Safety and Clinical Activity of Itolizumab in aGVHD

A Phase 1 Study to Evaluate the Safety, Tolerability, Pharmacokinetics, Pharmacodynamics, and Clinical Activity of Itolizumab in Subjects With Newly Diagnosed Acute Graft Versus Host Disease

To evaluate the safety, tolerability, PK, PD, and clinical activity of Itolizumab in subjects with Newly diagnosed Acute Graft Versus Host Disease(aGVHD).

Study Overview

• Status: Recruiting
• Conditions: Acute Graft Versus Host Disease
• Intervention / Treatment: Drug: Itolizumab; Drug: Methylprednisolone

Detailed Description

The study will enroll approximately 44 subjects in three parts:

Part 1 is an open label 3+3 single dose escalation phase and will enroll approximately 30 subjects with aGVHD across 4 cohorts, where subjects will receive Itolizumab administered intravenously for 1 dose.

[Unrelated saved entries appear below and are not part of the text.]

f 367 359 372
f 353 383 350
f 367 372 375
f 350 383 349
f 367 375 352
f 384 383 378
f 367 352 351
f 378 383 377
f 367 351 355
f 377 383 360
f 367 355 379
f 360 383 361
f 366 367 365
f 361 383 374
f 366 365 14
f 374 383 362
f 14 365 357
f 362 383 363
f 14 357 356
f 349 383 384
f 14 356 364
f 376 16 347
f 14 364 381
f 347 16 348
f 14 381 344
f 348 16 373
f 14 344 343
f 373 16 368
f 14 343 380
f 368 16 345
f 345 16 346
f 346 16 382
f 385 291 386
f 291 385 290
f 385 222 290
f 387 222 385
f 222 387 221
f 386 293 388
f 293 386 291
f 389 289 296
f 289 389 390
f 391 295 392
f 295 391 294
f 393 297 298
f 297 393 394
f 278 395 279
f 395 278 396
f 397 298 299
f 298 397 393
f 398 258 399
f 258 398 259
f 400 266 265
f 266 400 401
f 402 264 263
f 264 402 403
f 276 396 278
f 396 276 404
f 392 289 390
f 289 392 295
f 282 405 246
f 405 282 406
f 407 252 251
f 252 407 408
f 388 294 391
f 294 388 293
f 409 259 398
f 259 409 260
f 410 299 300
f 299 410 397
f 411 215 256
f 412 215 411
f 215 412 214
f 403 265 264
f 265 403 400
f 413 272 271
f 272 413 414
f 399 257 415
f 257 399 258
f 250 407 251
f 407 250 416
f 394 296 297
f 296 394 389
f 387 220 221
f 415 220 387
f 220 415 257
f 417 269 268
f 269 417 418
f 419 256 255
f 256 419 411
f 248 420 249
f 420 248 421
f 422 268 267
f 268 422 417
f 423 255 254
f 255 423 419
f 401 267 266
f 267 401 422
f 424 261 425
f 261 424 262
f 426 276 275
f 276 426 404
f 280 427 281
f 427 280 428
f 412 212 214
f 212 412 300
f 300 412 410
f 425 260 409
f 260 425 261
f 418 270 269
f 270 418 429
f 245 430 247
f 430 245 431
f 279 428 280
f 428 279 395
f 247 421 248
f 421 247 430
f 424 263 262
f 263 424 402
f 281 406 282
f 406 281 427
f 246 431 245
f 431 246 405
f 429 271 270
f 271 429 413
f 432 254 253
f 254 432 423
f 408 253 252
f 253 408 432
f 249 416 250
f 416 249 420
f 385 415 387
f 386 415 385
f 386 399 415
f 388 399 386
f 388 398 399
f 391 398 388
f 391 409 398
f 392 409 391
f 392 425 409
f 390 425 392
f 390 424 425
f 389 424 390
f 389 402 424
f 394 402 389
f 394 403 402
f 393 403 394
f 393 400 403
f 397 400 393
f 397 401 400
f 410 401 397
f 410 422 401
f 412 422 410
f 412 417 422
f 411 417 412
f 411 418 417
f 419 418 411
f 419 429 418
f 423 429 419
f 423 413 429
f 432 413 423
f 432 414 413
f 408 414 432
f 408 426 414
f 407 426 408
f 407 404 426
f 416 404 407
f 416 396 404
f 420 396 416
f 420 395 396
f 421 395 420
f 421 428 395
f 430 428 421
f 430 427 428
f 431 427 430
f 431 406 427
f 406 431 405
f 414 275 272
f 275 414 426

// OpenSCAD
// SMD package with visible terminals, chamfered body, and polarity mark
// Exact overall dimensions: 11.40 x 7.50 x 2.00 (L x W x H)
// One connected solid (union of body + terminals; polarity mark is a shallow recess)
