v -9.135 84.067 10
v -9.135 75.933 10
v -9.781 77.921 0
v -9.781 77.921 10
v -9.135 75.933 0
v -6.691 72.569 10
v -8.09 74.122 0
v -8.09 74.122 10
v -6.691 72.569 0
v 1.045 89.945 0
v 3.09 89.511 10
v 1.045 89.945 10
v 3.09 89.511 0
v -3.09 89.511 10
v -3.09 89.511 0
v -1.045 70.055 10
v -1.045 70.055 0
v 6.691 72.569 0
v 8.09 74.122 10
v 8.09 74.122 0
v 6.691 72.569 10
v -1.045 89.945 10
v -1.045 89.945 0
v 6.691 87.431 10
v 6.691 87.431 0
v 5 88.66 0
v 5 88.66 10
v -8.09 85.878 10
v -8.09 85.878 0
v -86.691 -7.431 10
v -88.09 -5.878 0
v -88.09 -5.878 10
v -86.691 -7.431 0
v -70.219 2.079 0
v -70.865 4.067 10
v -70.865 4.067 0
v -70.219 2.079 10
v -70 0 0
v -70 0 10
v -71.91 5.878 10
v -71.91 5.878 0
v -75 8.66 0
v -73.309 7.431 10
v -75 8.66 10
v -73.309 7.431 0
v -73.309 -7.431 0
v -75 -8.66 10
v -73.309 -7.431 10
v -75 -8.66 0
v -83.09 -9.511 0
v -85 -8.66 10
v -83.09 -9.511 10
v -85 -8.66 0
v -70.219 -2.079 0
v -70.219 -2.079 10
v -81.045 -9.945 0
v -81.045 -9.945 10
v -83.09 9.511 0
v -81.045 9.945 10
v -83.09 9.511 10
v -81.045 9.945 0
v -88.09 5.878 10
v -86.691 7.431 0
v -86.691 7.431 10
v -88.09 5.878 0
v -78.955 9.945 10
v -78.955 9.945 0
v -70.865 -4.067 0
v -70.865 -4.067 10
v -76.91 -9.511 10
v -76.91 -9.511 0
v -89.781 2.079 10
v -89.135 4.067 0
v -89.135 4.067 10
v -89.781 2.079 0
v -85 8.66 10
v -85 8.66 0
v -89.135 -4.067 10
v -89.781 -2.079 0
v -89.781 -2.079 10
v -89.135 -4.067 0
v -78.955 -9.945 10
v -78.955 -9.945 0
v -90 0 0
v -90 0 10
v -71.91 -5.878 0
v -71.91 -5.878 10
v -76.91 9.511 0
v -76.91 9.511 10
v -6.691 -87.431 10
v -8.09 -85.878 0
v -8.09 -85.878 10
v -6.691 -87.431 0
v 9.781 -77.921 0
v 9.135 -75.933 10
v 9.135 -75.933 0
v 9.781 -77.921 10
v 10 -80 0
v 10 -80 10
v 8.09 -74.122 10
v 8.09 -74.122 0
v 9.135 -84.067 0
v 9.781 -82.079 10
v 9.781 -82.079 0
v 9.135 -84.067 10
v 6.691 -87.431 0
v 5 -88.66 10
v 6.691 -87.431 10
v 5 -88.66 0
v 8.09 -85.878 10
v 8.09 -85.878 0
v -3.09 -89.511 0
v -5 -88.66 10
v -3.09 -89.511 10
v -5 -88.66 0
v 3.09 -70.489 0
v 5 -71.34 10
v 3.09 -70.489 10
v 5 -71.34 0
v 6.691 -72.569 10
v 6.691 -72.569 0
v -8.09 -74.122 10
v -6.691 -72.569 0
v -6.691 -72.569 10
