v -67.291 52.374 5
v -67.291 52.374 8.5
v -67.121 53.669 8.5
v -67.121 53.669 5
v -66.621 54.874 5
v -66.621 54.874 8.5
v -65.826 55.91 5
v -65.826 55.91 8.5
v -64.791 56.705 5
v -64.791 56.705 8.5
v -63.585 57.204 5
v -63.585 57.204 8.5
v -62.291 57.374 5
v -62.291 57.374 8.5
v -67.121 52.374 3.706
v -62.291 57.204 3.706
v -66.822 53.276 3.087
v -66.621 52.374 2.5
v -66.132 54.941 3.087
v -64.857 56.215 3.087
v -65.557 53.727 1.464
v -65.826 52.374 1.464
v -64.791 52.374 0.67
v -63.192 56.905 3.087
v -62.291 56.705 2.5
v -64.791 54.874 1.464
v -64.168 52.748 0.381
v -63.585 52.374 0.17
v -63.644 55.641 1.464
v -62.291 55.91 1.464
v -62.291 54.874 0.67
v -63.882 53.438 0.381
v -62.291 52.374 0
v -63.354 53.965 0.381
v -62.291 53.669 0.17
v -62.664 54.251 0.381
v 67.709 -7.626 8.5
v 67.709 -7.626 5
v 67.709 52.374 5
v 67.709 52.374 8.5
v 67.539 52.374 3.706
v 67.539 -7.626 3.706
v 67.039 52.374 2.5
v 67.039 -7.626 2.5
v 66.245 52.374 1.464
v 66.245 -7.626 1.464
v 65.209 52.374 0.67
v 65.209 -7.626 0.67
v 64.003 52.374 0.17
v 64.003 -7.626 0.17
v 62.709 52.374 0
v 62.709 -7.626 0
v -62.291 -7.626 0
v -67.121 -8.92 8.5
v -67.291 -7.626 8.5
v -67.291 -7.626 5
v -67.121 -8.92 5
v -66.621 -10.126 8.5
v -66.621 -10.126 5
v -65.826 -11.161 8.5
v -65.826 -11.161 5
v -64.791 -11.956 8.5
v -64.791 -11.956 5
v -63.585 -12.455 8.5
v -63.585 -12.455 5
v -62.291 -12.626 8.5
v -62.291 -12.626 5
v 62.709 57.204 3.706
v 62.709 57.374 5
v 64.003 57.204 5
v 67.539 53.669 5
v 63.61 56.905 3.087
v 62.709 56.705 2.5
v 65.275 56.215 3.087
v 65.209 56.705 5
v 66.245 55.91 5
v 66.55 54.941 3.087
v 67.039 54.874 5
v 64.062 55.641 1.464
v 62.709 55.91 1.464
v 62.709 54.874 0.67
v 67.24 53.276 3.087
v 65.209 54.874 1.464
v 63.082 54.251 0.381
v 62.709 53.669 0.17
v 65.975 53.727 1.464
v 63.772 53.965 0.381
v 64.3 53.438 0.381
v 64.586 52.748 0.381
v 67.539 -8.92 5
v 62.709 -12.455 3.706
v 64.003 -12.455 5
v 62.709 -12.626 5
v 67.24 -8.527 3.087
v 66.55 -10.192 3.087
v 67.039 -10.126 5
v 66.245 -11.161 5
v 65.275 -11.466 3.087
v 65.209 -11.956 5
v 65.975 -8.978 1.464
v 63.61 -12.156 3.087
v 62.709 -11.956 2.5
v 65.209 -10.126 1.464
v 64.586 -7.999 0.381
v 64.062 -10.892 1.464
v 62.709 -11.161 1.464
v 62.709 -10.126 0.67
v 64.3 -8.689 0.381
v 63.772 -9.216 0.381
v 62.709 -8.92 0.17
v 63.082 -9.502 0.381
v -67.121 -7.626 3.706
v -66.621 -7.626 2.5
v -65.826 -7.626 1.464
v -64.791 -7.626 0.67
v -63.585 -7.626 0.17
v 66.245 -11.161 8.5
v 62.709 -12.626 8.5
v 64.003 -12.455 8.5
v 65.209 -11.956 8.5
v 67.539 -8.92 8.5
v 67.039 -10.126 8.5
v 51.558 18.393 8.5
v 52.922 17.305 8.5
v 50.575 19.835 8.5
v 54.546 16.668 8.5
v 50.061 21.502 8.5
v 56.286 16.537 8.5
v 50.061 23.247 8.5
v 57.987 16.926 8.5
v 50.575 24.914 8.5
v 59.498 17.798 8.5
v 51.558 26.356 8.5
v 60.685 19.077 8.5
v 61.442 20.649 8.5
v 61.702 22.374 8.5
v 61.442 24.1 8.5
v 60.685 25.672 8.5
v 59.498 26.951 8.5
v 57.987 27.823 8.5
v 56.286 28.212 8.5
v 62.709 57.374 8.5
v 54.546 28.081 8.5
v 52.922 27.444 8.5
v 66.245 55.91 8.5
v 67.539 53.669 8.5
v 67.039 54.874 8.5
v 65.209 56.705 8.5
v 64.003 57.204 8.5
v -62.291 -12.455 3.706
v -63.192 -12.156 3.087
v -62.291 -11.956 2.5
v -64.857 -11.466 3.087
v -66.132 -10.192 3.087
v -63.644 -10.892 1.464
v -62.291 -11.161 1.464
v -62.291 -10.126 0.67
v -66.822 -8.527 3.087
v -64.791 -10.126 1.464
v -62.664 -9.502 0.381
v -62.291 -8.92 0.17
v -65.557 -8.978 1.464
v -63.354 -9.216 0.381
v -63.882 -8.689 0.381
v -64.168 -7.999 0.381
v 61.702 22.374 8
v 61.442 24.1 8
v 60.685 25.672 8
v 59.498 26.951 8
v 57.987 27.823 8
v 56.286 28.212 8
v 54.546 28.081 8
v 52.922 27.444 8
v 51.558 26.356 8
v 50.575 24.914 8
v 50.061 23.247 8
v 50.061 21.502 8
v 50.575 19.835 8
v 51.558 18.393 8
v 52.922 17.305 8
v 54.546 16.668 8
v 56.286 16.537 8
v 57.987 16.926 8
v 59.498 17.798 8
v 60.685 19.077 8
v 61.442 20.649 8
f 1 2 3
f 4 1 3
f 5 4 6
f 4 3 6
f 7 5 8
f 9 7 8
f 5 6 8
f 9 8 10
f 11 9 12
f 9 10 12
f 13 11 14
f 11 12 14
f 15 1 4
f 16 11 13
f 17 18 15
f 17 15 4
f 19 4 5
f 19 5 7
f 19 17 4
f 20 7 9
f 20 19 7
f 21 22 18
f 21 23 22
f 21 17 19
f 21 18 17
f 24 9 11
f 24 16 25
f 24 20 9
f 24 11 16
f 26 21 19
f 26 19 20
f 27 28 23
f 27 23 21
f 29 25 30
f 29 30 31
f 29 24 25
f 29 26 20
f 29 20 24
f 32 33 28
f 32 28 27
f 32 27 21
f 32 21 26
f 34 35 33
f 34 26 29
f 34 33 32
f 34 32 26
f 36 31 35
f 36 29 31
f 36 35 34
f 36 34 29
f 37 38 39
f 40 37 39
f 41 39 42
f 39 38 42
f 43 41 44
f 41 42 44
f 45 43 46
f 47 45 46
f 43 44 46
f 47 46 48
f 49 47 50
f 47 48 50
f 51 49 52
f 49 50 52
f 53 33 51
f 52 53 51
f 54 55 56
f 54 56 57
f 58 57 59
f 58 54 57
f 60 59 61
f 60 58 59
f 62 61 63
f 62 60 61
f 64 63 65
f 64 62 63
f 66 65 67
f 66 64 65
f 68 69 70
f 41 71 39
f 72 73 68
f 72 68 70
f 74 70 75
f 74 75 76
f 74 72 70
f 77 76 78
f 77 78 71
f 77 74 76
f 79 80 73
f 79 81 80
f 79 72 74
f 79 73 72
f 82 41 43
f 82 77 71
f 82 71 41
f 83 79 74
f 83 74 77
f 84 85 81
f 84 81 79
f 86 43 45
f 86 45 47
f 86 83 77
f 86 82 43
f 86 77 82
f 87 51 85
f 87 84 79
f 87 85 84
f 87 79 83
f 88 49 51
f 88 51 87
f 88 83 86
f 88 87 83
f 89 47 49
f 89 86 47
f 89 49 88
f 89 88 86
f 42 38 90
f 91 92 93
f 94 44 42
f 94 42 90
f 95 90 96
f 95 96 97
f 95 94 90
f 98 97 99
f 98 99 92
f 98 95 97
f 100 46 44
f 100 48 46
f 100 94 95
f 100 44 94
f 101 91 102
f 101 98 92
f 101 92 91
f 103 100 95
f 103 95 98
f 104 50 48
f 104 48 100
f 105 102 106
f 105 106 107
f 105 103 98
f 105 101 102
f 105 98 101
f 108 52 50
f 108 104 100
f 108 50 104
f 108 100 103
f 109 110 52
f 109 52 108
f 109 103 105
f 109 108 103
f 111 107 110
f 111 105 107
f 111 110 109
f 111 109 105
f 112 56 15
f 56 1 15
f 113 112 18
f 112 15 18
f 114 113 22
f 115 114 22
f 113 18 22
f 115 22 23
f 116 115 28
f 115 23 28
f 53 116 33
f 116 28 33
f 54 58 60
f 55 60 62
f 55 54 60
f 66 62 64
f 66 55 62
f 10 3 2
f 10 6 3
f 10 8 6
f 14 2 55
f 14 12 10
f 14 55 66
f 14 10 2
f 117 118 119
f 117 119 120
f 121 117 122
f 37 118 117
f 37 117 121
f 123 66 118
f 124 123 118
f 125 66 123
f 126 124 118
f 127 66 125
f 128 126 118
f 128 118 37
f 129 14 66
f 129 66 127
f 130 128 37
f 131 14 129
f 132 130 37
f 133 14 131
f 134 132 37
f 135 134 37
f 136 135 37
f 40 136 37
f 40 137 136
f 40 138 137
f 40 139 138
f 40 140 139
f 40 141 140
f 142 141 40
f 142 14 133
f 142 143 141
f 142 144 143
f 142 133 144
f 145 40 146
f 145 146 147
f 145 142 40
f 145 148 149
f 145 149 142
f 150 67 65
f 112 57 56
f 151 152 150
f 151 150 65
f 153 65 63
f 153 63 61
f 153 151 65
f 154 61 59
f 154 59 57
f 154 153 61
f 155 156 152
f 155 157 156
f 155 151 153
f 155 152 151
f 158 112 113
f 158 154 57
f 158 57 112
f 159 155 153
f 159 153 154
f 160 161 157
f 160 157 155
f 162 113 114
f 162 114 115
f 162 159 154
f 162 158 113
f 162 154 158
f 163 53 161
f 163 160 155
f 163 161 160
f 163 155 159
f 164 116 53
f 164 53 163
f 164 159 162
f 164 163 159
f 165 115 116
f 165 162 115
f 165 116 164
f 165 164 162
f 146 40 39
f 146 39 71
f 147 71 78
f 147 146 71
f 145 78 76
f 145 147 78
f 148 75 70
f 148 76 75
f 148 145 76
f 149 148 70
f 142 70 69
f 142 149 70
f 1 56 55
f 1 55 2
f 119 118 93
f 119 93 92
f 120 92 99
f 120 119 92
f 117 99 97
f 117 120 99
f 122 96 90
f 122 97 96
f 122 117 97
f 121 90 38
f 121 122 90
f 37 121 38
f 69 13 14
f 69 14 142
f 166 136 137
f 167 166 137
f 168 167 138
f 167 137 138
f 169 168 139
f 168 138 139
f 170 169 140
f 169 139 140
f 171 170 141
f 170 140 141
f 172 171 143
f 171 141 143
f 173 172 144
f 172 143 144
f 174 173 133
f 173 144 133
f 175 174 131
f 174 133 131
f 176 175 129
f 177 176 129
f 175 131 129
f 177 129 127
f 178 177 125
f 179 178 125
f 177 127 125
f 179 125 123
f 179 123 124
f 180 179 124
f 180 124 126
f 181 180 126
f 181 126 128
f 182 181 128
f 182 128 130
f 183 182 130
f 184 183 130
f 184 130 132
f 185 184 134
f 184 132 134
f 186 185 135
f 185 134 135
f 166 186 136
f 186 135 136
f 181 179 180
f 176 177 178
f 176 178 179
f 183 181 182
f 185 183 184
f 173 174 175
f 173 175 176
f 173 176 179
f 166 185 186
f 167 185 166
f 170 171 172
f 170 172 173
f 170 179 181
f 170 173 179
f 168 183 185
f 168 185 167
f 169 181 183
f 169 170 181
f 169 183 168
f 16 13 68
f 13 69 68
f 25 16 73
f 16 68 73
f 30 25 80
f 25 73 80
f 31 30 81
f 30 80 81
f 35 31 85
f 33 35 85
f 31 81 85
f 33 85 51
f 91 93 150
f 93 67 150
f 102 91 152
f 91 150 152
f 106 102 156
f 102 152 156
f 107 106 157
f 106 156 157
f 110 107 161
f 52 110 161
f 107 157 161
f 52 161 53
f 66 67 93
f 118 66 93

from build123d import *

# Parameters (mm, degrees)
F0_W     = 135
F0_H     = 70
F1_DEPTH = 8.5
F2_R     = 5
F3_R     = 5
F4_R     = 5.85347
F5_DEPTH = 0.5


with BuildPart() as f1:
    # F0 (on Top) → F1 (new body)
    with BuildSketch(Plane.XY):
        with Locations((0.209052, 22.374493)):
            Rectangle(F0_W, F0_H)
    extrude(amount=F1_DEPTH)

    # F2
    f2_edges = [f1.edges().sort_by_distance(p)[0] for p in [
        (67.709052, -12.625507, 4.25),
        (67.709052, 57.374493, 4.25),
        (-67.290948, -12.625507, 4.25),
        (-67.290948, 57.374493, 4.25),
    ]]
    fillet(f2_edges, radius=F2_R)

    # F3
    f3_edges = [f1.edges().sort_by_distance(p)[0] for p in [
        (-67.290948, 22.374493, 0),
    ]]
    fillet(f3_edges, radius=F3_R)

    # F4 (on face) → F5 (cut)
    with BuildSketch(Plane.XY.offset(8.5)):
        with Locations((55.848766, 22.374493)):
            Circle(F4_R)
    extrude(amount=-F5_DEPTH, mode=Mode.SUBTRACT)


solid = f1.part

Part 2 is an open label phase and subjects from part 1 will receive Itolizumab administered intravenously every two weeks for a total of 4 doses.

Part 3 is a randomized phase and will enroll approximately 14 additional subjects, randomized in a 1:1 ratio to one of the 2 recommended doses provided by Part 1 and Part 2. Subjects will receive Itolizumab administered intravenously every two weeks for a total of 5 doses.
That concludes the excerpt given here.